Add fault injection support via nvidia_resiliency_ext.#4370
Add fault injection support via nvidia_resiliency_ext.#4370hexinw-nvidia wants to merge 3 commits intoNVIDIA:mainfrom
Conversation
|
Auto-sync is disabled for draft pull requests in this repository. Workflows must be run manually. Contributors can view more details about this message here. |
3299aa4 to
8b330b4
Compare
0045805 to
50e9ad3
Compare
50e9ad3 to
7d381e6
Compare
cc8ac54 to
bbd67f3
Compare
maanug-nv
left a comment
There was a problem hiding this comment.
lgtm, thanks for addressing feedback
|
/ok to test 6179109 |
|
🔄 Merge queue validation started! You can track the progress here: https://github.com/NVIDIA/Megatron-LM/actions/runs/25242089343 |
|
🔄 Merge queue validation started! You can track the progress here: https://github.com/NVIDIA/Megatron-LM/actions/runs/25242663760 |
|
🔄 Merge queue validation started! You can track the progress here: https://github.com/NVIDIA/Megatron-LM/actions/runs/25243992329 |
|
🔄 Merge queue validation started! You can track the progress here: https://github.com/NVIDIA/Megatron-LM/actions/runs/25246370882 |
|
🔄 Merge queue validation started! You can track the progress here: https://github.com/NVIDIA/Megatron-LM/actions/runs/25247829108 |
|
🔄 Merge queue validation started! You can track the progress here: https://github.com/NVIDIA/Megatron-LM/actions/runs/25255546383 |
|
🔄 Merge queue validation started! You can track the progress here: https://github.com/NVIDIA/Megatron-LM/actions/runs/25257650007 |
|
🔄 Merge queue validation started! You can track the progress here: https://github.com/NVIDIA/Megatron-LM/actions/runs/25258781947 |
|
🔄 Merge queue validation started! You can track the progress here: https://github.com/NVIDIA/Megatron-LM/actions/runs/25262600975 |
Add fault injection support via nvidia_resiliency_ext
Adds fault injection capability for resilience testing, driven by CLI args.

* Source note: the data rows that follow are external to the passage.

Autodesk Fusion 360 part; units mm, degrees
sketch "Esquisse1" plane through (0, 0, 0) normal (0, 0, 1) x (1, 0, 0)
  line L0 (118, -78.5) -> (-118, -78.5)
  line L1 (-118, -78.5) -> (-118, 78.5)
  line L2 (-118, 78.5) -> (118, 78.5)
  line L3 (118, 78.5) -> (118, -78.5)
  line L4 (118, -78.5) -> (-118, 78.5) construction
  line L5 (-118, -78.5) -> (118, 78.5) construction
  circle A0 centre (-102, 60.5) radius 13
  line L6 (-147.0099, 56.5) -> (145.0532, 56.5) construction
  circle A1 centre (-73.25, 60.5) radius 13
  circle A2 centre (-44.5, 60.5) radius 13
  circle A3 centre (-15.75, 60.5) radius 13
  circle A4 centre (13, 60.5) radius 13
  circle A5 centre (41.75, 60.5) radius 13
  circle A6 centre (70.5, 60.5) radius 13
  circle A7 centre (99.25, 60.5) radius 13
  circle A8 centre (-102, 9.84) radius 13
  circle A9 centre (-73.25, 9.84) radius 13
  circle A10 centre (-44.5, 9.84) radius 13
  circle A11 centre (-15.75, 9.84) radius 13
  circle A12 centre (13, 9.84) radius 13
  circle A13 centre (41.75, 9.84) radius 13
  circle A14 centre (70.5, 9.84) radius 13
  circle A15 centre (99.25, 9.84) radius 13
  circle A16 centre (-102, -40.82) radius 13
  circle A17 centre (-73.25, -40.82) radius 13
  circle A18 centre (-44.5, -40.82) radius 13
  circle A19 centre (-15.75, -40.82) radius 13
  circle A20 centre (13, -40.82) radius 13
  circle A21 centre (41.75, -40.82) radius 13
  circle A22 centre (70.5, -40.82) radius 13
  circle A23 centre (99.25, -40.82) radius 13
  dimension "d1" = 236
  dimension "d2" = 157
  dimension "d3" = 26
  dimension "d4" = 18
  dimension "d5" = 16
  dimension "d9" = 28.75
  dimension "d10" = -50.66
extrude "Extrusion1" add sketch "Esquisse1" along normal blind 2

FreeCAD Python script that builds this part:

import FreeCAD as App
import Part
import Sketcher

doc = App.newDocument("Part")
body = doc.addObject("PartDesign::Body", "Body")

sketch1 = body.newObject("Sketcher::SketchObject", "Sketch")
sketch1.AttachmentSupport = (doc.getObject("XY_Plane"), [""])
sketch1.MapMode = "FlatFace"
sketch1.addGeometry(Part.LineSegment(App.Vector(-118, -78, 0), App.Vector(118, -78, 0)), False)
sketch1.addGeometry(Part.LineSegment(App.Vector(118, -78, 0), App.Vector(118, 78, 0)), False)
sketch1.addGeometry(Part.LineSegment(App.Vector(118, 78, 0), App.Vector(-118, 78, 0)), False)
sketch1.addGeometry(Part.LineSegment(App.Vector(-118, 78, 0), App.Vector(-118, -78, 0)), False)
sketch1.addGeometry(Part.Circle(App.Vector(-102, -41, 0), App.Vector(0, 0, 1), 13), False)
sketch1.addGeometry(Part.Circle(App.Vector(-73, -41, 0), App.Vector(0, 0, 1), 13), False)
sketch1.addGeometry(Part.Circle(App.Vector(-44, -41, 0), App.Vector(0, 0, 1), 13), False)
sketch1.addGeometry(Part.Circle(App.Vector(-16, -41, 0), App.Vector(0, 0, 1), 13), False)
sketch1.addGeometry(Part.Circle(App.Vector(13, -41, 0), App.Vector(0, 0, 1), 13), False)
sketch1.addGeometry(Part.Circle(App.Vector(42, -41, 0), App.Vector(0, 0, 1), 13), False)
sketch1.addGeometry(Part.Circle(App.Vector(70, -41, 0), App.Vector(0, 0, 1), 13), False)
sketch1.addGeometry(Part.Circle(App.Vector(99, -41, 0), App.Vector(0, 0, 1), 13), False)
sketch1.addGeometry(Part.Circle(App.Vector(-102, 10, 0), App.Vector(0, 0, 1), 13), False)
sketch1.addGeometry(Part.Circle(App.Vector(-73, 10, 0), App.Vector(0, 0, 1), 13), False)
sketch1.addGeometry(Part.Circle(App.Vector(-44, 10, 0), App.Vector(0, 0, 1), 13), False)
sketch1.addGeometry(Part.Circle(App.Vector(-16, 10, 0), App.Vector(0, 0, 1), 13), False)
sketch1.addGeometry(Part.Circle(App.Vector(-102, 60, 0), App.Vector(0, 0, 1), 13), False)
sketch1.addGeometry(Part.Circle(App.Vector(-73, 60, 0), App.Vector(0, 0, 1), 13), False)
sketch1.addGeometry(Part.Circle(App.Vector(-44, 60, 0), App.Vector(0, 0, 1), 13), False)
sketch1.addGeometry(Part.Circle(App.Vector(-16, 60, 0), App.Vector(0, 0, 1), 13), False)
sketch1.addGeometry(Part.Circle(App.Vector(13, 10, 0), App.Vector(0, 0, 1), 13), False)
sketch1.addGeometry(Part.Circle(App.Vector(42, 10, 0), App.Vector(0, 0, 1), 13), False)
sketch1.addGeometry(Part.Circle(App.Vector(70, 10, 0), App.Vector(0, 0, 1), 13), False)
sketch1.addGeometry(Part.Circle(App.Vector(99, 10, 0), App.Vector(0, 0, 1), 13), False)
sketch1.addGeometry(Part.Circle(App.Vector(13, 60, 0), App.Vector(0, 0, 1), 13), False)
sketch1.addGeometry(Part.Circle(App.Vector(42, 60, 0), App.Vector(0, 0, 1), 13), False)
sketch1.addGeometry(Part.Circle(App.Vector(70, 60, 0), App.Vector(0, 0, 1), 13), False)
sketch1.addGeometry(Part.Circle(App.Vector(99, 60, 0), App.Vector(0, 0, 1), 13), False)
sketch1.addConstraint(Sketcher.Constraint("Coincident", 0, 2, 1, 1))
sketch1.addConstraint(Sketcher.Constraint("Coincident", 1, 2, 2, 1))
sketch1.addConstraint(Sketcher.Constraint("Coincident", 2, 2, 3, 1))
sketch1.addConstraint(Sketcher.Constraint("Coincident", 3, 2, 0, 1))
sketch1.addConstraint(Sketcher.Constraint("Horizontal", 0))
sketch1.addConstraint(Sketcher.Constraint("Vertical", 1))
sketch1.addConstraint(Sketcher.Constraint("Horizontal", 2))
sketch1.addConstraint(Sketcher.Constraint("Vertical", 3))
sketch1.addConstraint(Sketcher.Constraint("Equal", 4, 5))
sketch1.addConstraint(Sketcher.Constraint("Equal", 5, 6))
sketch1.addConstraint(Sketcher.Constraint("Equal", 6, 7))
sketch1.addConstraint(Sketcher.Constraint("Equal", 7, 8))
sketch1.addConstraint(Sketcher.Constraint("Equal", 8, 9))
sketch1.addConstraint(Sketcher.Constraint("Equal", 9, 10))
sketch1.addConstraint(Sketcher.Constraint("Equal", 10, 11))
sketch1.addConstraint(Sketcher.Constraint("Equal", 11, 12))
sketch1.addConstraint(Sketcher.Constraint("Equal", 12, 13))
sketch1.addConstraint(Sketcher.Constraint("Equal", 13, 14))
sketch1.addConstraint(Sketcher.Constraint("Equal", 14, 15))
sketch1.addConstraint(Sketcher.Constraint("Equal", 15, 16))
sketch1.addConstraint(Sketcher.Constraint("Equal", 16, 17))
sketch1.addConstraint(Sketcher.Constraint("Equal", 17, 18))
sketch1.addConstraint(Sketcher.Constraint("Equal", 18, 19))
sketch1.addConstraint(Sketcher.Constraint("Equal", 19, 20))
sketch1.addConstraint(Sketcher.Constraint("Equal", 20, 21))
sketch1.addConstraint(Sketcher.Constraint("Equal", 21, 22))
sketch1.addConstraint(Sketcher.Constraint("Equal", 22, 23))
sketch1.addConstraint(Sketcher.Constraint("Equal", 23, 24))
sketch1.addConstraint(Sketcher.Constraint("Equal", 24, 25))
sketch1.addConstraint(Sketcher.Constraint("Equal", 25, 26))
sketch1.addConstraint(Sketcher.Constraint("Equal", 26, 27))
sketch1.addConstraint(Sketcher.Constraint("Symmetric", 0, 2, 2, 2, -1, 1))
sketch1.addConstraint(Sketcher.Constraint("Horizontal", 4, 3, 5, 3))
sketch1.addConstraint(Sketcher.Constraint("Horizontal", 5, 3, 6, 3))
sketch1.addConstraint(Sketcher.Constraint("Horizontal", 6, 3, 7, 3))
sketch1.addConstraint(Sketcher.Constraint("Horizontal", 7, 3, 8, 3))
sketch1.addConstraint(Sketcher.Constraint("Horizontal", 8, 3, 9, 3))
sketch1.addConstraint(Sketcher.Constraint("Horizontal", 9, 3, 10, 3))
sketch1.addConstraint(Sketcher.Constraint("Horizontal", 10, 3, 11, 3))
sketch1.addConstraint(Sketcher.Constraint("Horizontal", 12, 3, 13, 3))
sketch1.addConstraint(Sketcher.Constraint("Horizontal", 13, 3, 14, 3))
sketch1.addConstraint(Sketcher.Constraint("Horizontal", 14, 3, 15, 3))
sketch1.addConstraint(Sketcher.Constraint("Horizontal", 16, 3, 17, 3))
sketch1.addConstraint(Sketcher.Constraint("Horizontal", 17, 3, 18, 3))
sketch1.addConstraint(Sketcher.Constraint("Horizontal", 18, 3, 19, 3))
sketch1.addConstraint(Sketcher.Constraint("Horizontal", 15, 3, 20, 3))
sketch1.addConstraint(Sketcher.Constraint("Horizontal", 20, 3, 21, 3))
sketch1.addConstraint(Sketcher.Constraint("Horizontal", 21, 3, 22, 3))
sketch1.addConstraint(Sketcher.Constraint("Horizontal", 22, 3, 23, 3))
sketch1.addConstraint(Sketcher.Constraint("Horizontal", 19, 3, 24, 3))
sketch1.addConstraint(Sketcher.Constraint("Horizontal", 24, 3, 25, 3))
sketch1.addConstraint(Sketcher.Constraint("Horizontal", 25, 3, 26, 3))
sketch1.addConstraint(Sketcher.Constraint("Horizontal", 26, 3, 27, 3))
sketch1.addConstraint(Sketcher.Constraint("Vertical", 4, 3, 12, 3))
sketch1.addConstraint(Sketcher.Constraint("Vertical", 5, 3, 13, 3))
sketch1.addConstraint(Sketcher.Constraint("Vertical", 6, 3, 14, 3))
sketch1.addConstraint(Sketcher.Constraint("Vertical", 7, 3, 15, 3))
sketch1.addConstraint(Sketcher.Constraint("Vertical", 12, 3, 16, 3))
sketch1.addConstraint(Sketcher.Constraint("Vertical", 13, 3, 17, 3))
sketch1.addConstraint(Sketcher.Constraint("Vertical", 14, 3, 18, 3))
sketch1.addConstraint(Sketcher.Constraint("Vertical", 15, 3, 19, 3))
sketch1.addConstraint(Sketcher.Constraint("Vertical", 8, 3, 20, 3))
sketch1.addConstraint(Sketcher.Constraint("Vertical", 9, 3, 21, 3))
sketch1.addConstraint(Sketcher.Constraint("Vertical", 10, 3, 22, 3))
sketch1.addConstraint(Sketcher.Constraint("Vertical", 11, 3, 23, 3))
sketch1.addConstraint(Sketcher.Constraint("Vertical", 20, 3, 24, 3))
sketch1.addConstraint(Sketcher.Constraint("Vertical", 21, 3, 25, 3))
sketch1.addConstraint(Sketcher.Constraint("Vertical", 22, 3, 26, 3))
sketch1.addConstraint(Sketcher.Constraint("Vertical", 23, 3, 27, 3))
sketch1.addConstraint(Sketcher.Constraint("Diameter", 4, 26.0))
sketch1.addConstraint(Sketcher.Constraint("DistanceX", 0, 1, 0, 2, 236.0))
sketch1.addConstraint(Sketcher.Constraint("DistanceY", 1, 1, 1, 2, 157.0))
sketch1.addConstraint(Sketcher.Constraint("DistanceY", 27, 3, 1, 2, 18.0))
sketch1.addConstraint(Sketcher.Constraint("DistanceX", 2, 2, 16, 3, 16.0))
sketch1.addConstraint(Sketcher.Constraint("DistanceX", 4, 3, 5, 3, 28.75))
sketch1.addConstraint(Sketcher.Constraint("DistanceX", 5, 3, 6, 3, 28.75))
sketch1.addConstraint(Sketcher.Constraint("DistanceX", 6, 3, 7, 3, 28.75))
sketch1.addConstraint(Sketcher.Constraint("DistanceX", 7, 3, 8, 3, 28.75))
sketch1.addConstraint(Sketcher.Constraint("DistanceX", 8, 3, 9, 3, 28.75))
sketch1.addConstraint(Sketcher.Constraint("DistanceX", 9, 3, 10, 3, 28.75))
sketch1.addConstraint(Sketcher.Constraint("DistanceX", 10, 3, 11, 3, 28.75))
sketch1.addConstraint(Sketcher.Constraint("DistanceY", 4, 3, 12, 3, 50.66))
sketch1.addConstraint(Sketcher.Constraint("DistanceY", 12, 3, 16, 3, 50.66))
pad1 = body.newObject("PartDesign::Pad", "Pad")
pad1.Profile = sketch1
pad1.Length = 2

doc.recompute()
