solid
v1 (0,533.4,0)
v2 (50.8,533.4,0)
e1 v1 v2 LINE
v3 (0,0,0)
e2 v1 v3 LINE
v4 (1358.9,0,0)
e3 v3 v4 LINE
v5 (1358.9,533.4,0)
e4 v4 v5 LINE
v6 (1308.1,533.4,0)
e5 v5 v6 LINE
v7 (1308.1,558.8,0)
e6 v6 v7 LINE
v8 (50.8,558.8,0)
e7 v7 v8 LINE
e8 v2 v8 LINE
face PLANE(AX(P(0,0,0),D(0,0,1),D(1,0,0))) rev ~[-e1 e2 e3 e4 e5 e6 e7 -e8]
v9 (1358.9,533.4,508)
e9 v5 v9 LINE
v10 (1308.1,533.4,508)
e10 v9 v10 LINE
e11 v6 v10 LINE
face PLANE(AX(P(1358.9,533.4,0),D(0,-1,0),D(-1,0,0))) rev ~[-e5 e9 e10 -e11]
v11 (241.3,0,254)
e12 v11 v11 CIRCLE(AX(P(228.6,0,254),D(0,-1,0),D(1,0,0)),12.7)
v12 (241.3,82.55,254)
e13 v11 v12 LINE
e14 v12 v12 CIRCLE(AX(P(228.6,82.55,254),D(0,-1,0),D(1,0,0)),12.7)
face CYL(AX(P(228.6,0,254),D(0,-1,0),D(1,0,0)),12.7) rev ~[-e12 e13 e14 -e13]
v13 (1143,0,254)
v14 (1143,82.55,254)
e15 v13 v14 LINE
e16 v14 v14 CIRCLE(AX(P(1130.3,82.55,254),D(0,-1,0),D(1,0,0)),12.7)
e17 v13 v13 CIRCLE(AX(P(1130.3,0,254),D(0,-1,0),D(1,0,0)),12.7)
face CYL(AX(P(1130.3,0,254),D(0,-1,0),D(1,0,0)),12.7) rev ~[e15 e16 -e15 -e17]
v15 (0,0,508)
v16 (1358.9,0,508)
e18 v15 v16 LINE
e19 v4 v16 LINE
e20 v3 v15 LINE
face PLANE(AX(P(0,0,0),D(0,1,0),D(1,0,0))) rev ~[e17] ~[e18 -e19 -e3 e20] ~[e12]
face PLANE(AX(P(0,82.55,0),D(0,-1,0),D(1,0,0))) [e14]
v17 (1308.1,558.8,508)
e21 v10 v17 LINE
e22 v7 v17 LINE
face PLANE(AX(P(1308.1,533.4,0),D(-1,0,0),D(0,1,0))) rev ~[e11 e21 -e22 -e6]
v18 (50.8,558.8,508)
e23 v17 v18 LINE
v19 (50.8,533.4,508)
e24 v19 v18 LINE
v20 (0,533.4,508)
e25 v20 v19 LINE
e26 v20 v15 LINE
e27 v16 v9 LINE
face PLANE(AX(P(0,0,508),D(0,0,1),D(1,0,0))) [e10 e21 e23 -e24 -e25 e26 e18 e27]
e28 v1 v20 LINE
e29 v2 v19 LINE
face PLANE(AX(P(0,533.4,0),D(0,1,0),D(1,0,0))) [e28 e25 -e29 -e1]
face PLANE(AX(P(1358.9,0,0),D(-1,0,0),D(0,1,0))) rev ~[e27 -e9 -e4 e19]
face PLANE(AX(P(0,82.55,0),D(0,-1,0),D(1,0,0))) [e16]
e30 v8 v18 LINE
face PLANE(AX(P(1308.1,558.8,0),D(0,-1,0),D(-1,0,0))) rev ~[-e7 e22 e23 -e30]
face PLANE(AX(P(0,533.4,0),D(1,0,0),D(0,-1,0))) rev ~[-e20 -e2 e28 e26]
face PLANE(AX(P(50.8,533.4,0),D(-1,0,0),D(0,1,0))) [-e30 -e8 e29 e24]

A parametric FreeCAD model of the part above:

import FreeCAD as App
import Part
import Sketcher
Q = App.Units.Quantity


def add_polygon(sketch, points):
    """Adds a closed chain of lines whose ends are joined by coincident constraints."""
    first, n = sketch.GeometryCount, len(points)
    for a, b in zip(points, points[1:] + points[:1]):
        sketch.addGeometry(Part.LineSegment(App.Vector(*a, 0), App.Vector(*b, 0)), False)
    for i in range(n):
        sketch.addConstraint(Sketcher.Constraint("Coincident", first + i, 2, first + (i + 1) % n, 1))

doc = App.newDocument("Part")
params = doc.addObject("Spreadsheet::Sheet", "Params")
for row, (alias, value) in enumerate([
    ("sketch1_width", "2 in"),
    ("sketch1_height", "1 in"),
    ("sketch1_width2", "53.5 in"),
    ("pad1_length", "20 in"),
    ("sketch2_diameter", "1 in"),
    ("pocket1_length", "3.25 in"),
], start=1):
    params.set(f"A{row}", alias)
    params.set(f"B{row}", "=" + value)
    params.setAlias(f"B{row}", alias)

body = doc.addObject("PartDesign::Body", "Body")

# Sketch on XY plane
sketch1 = doc.addObject("Sketcher::SketchObject", "Sketch")
body.addObject(sketch1)
sketch1.AttachmentSupport = (doc.XY_Plane, [""])
sketch1.MapMode = "FlatFace"
add_polygon(sketch1, [(0, 533), (0, 0), (1359, 0), (1359, 533), (1308, 533), (1308, 559), (51, 559), (51, 533)])  # lines 0-7
sketch1.addConstraint(Sketcher.Constraint("Vertical", 0))
sketch1.addConstraint(Sketcher.Constraint("Horizontal", 1))
sketch1.addConstraint(Sketcher.Constraint("Vertical", 2))
sketch1.addConstraint(Sketcher.Constraint("Horizontal", 3))
sketch1.addConstraint(Sketcher.Constraint("Vertical", 4))
sketch1.addConstraint(Sketcher.Constraint("Horizontal", 5))
sketch1.addConstraint(Sketcher.Constraint("Vertical", 6))
sketch1.addConstraint(Sketcher.Constraint("Horizontal", 7))
sketch1.addConstraint(Sketcher.Constraint("Coincident", 0, 2, -1, 1))
sketch1.addConstraint(Sketcher.Constraint("Horizontal", 3, 2, 6, 2))
sketch1.addConstraint(Sketcher.Constraint("Equal", 3, 7))
sketch1.addConstraint(Sketcher.Constraint("DistanceX", 3, 2, 3, 1, Q("2 in")))
sketch1.addConstraint(Sketcher.Constraint("DistanceY", 4, 1, 4, 2, Q("1 in")))
sketch1.addConstraint(Sketcher.Constraint("DistanceX", 1, 1, 1, 2, Q("53.5 in")))
sketch1.addConstraint(Sketcher.Constraint("DistanceY", -1, 1, 4, 2, Q("22 in")))
sketch1.setExpression("Constraints[19]", "Params.sketch1_width")
sketch1.setExpression("Constraints[20]", "Params.sketch1_height")
sketch1.setExpression("Constraints[21]", "Params.sketch1_width2")
pad1 = doc.addObject("PartDesign::Pad", "Pad")
body.addObject(pad1)
pad1.Profile = sketch1
pad1.setExpression("Length", "Params.pad1_length")

# Sketch on XZ plane
sketch2 = doc.addObject("Sketcher::SketchObject", "Sketch001")
body.addObject(sketch2)
sketch2.AttachmentSupport = (doc.XZ_Plane, [""])
sketch2.MapMode = "FlatFace"
sketch2.addGeometry(Part.Circle(App.Vector(229, 254, 0), App.Vector(0, 0, 1), 13), False)
sketch2.addGeometry(Part.Circle(App.Vector(1130, 254, 0), App.Vector(0, 0, 1), 13), False)
sketch2.addConstraint(Sketcher.Constraint("Equal", 0, 1))
sketch2.addConstraint(Sketcher.Constraint("Horizontal", 0, 3, 1, 3))
sketch2.addConstraint(Sketcher.Constraint("Diameter", 0, Q("1 in")))
sketch2.addConstraint(Sketcher.Constraint("DistanceX", -1, 1, 0, 3, Q("9 in")))
sketch2.addConstraint(Sketcher.Constraint("DistanceY", -1, 1, 0, 3, Q("10 in")))
sketch2.addConstraint(Sketcher.Constraint("DistanceX", -1, 1, 1, 3, Q("44.5 in")))
sketch2.setExpression("Constraints[2]", "Params.sketch2_diameter")
pocket1 = doc.addObject("PartDesign::Pocket", "Pocket")
body.addObject(pocket1)
pocket1.Profile = sketch2
pocket1.setExpression("Length", "Params.pocket1_length")

doc.recompute()
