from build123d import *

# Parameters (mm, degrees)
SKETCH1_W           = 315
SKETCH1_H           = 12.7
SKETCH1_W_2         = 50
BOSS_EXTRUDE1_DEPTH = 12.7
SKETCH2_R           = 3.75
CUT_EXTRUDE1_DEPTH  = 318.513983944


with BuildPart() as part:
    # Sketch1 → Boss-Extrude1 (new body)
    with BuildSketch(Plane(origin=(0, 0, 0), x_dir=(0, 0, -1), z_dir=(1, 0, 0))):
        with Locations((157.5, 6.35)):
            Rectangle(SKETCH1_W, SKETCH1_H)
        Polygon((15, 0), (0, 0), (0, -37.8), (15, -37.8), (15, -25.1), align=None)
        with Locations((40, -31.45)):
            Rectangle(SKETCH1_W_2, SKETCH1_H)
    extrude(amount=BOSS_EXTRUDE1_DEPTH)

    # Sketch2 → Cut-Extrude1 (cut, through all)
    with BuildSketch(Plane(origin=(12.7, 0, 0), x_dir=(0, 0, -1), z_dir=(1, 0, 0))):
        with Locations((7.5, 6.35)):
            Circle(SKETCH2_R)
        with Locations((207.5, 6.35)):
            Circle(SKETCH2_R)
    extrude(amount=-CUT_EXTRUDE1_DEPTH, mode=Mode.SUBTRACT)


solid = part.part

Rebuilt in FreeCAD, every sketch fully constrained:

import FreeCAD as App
import Part
import Sketcher
from FreeCAD import Vector
Q = App.Units.Quantity

doc = App.newDocument("Part")
body = doc.addObject("PartDesign::Body", "Body")

# Sketch on YZ plane
sketch1 = body.newObject("Sketcher::SketchObject", "Sketch")
sketch1.AttachmentSupport = (doc.getObject("YZ_Plane"), [""])
sketch1.MapMode = "FlatFace"
sketch1.addGeometry(Part.LineSegment(Vector(13, 0, 0), Vector(-38, 0, 0)), False)
sketch1.addGeometry(Part.LineSegment(Vector(-38, 0, 0), Vector(-38, -65, 0)), False)
sketch1.addGeometry(Part.LineSegment(Vector(-38, -65, 0), Vector(-25, -65, 0)), False)
sketch1.addGeometry(Part.LineSegment(Vector(-25, -65, 0), Vector(-25, -15, 0)), False)
sketch1.addGeometry(Part.LineSegment(Vector(-25, -15, 0), Vector(0, -15, 0)), False)
sketch1.addGeometry(Part.LineSegment(Vector(0, -15, 0), Vector(0, -315, 0)), False)
sketch1.addGeometry(Part.LineSegment(Vector(0, -315, 0), Vector(13, -315, 0)), False)
sketch1.addGeometry(Part.LineSegment(Vector(13, -315, 0), Vector(13, 0, 0)), False)
sketch1.addConstraint(Sketcher.Constraint("Coincident", 0, 2, 1, 1))
sketch1.addConstraint(Sketcher.Constraint("Coincident", 1, 2, 2, 1))
sketch1.addConstraint(Sketcher.Constraint("Coincident", 2, 2, 3, 1))
sketch1.addConstraint(Sketcher.Constraint("Coincident", 3, 2, 4, 1))
sketch1.addConstraint(Sketcher.Constraint("Coincident", 4, 2, 5, 1))
sketch1.addConstraint(Sketcher.Constraint("Coincident", 5, 2, 6, 1))
sketch1.addConstraint(Sketcher.Constraint("Coincident", 6, 2, 7, 1))
sketch1.addConstraint(Sketcher.Constraint("Coincident", 7, 2, 0, 1))
sketch1.addConstraint(Sketcher.Constraint("Horizontal", 0))
sketch1.addConstraint(Sketcher.Constraint("Vertical", 1))
sketch1.addConstraint(Sketcher.Constraint("Horizontal", 2))
sketch1.addConstraint(Sketcher.Constraint("Vertical", 3))
sketch1.addConstraint(Sketcher.Constraint("Horizontal", 4))
sketch1.addConstraint(Sketcher.Constraint("Vertical", 5))
sketch1.addConstraint(Sketcher.Constraint("Horizontal", 6))
sketch1.addConstraint(Sketcher.Constraint("Vertical", 7))
sketch1.addConstraint(Sketcher.Constraint("PointOnObject", 0, 2, -1))
sketch1.addConstraint(Sketcher.Constraint("PointOnObject", 4, 2, -2))
sketch1.addConstraint(Sketcher.Constraint("Equal", 2, 6))
sketch1.addConstraint(Sketcher.Constraint("DistanceY", 1, 2, 1, 1, Q("65 mm")))
sketch1.addConstraint(Sketcher.Constraint("DistanceY", 3, 1, 3, 2, Q("50 mm")))
sketch1.addConstraint(Sketcher.Constraint("DistanceY", 5, 2, 5, 1, Q("300 mm")))
sketch1.addConstraint(Sketcher.Constraint("DistanceX", 0, 2, 0, 1, Q("50.5 mm")))
sketch1.addConstraint(Sketcher.Constraint("DistanceX", 2, 1, 2, 2, Q("12.7 mm")))
pad1 = body.newObject("PartDesign::Pad", "Pad")
pad1.Profile = sketch1
pad1.Length = 12.7

# Sketch on YZ plane
sketch2 = body.newObject("Sketcher::SketchObject", "Sketch001")
sketch2.AttachmentSupport = (doc.getObject("YZ_Plane"), [""])
sketch2.MapMode = "FlatFace"
sketch2.AttachmentOffset = App.Placement(Vector(0, 0, 12.7), App.Rotation())
sketch2.addGeometry(Part.Circle(Vector(6.3, -7.5, 0), Vector(0, 0, 1), 3.8), False)
sketch2.addGeometry(Part.Circle(Vector(6.3, -207.5, 0), Vector(0, 0, 1), 3.8), False)
sketch2.addConstraint(Sketcher.Constraint("Equal", 0, 1))
sketch2.addConstraint(Sketcher.Constraint("Vertical", 0, 3, 1, 3))
sketch2.addConstraint(Sketcher.Constraint("Diameter", 0, Q("7.5 mm")))
sketch2.addConstraint(Sketcher.Constraint("DistanceY", 1, 3, 0, 3, Q("200 mm")))
sketch2.addConstraint(Sketcher.Constraint("DistanceY", 0, 3, -1, 1, Q("7.5 mm")))
sketch2.addConstraint(Sketcher.Constraint("DistanceX", -1, 1, 0, 3, Q("6.35 mm")))
pocket1 = body.newObject("PartDesign::Pocket", "Pocket")
pocket1.Profile = sketch2
pocket1.Type = "ThroughAll"

doc.recompute()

Fault injection is a no-op unless --fault-injector-ranks or --fault-injector-num-ranks is explicitly passed.
nvidia_resiliency_ext.shared_utils.inject_fault; provides
setup_fault_injection() (broadcasts fault plan across ranks) and
re-exports maybe_raise_workload_exception()
dataclass (ranks, fault type/probabilities, MTTI-based delay, seed)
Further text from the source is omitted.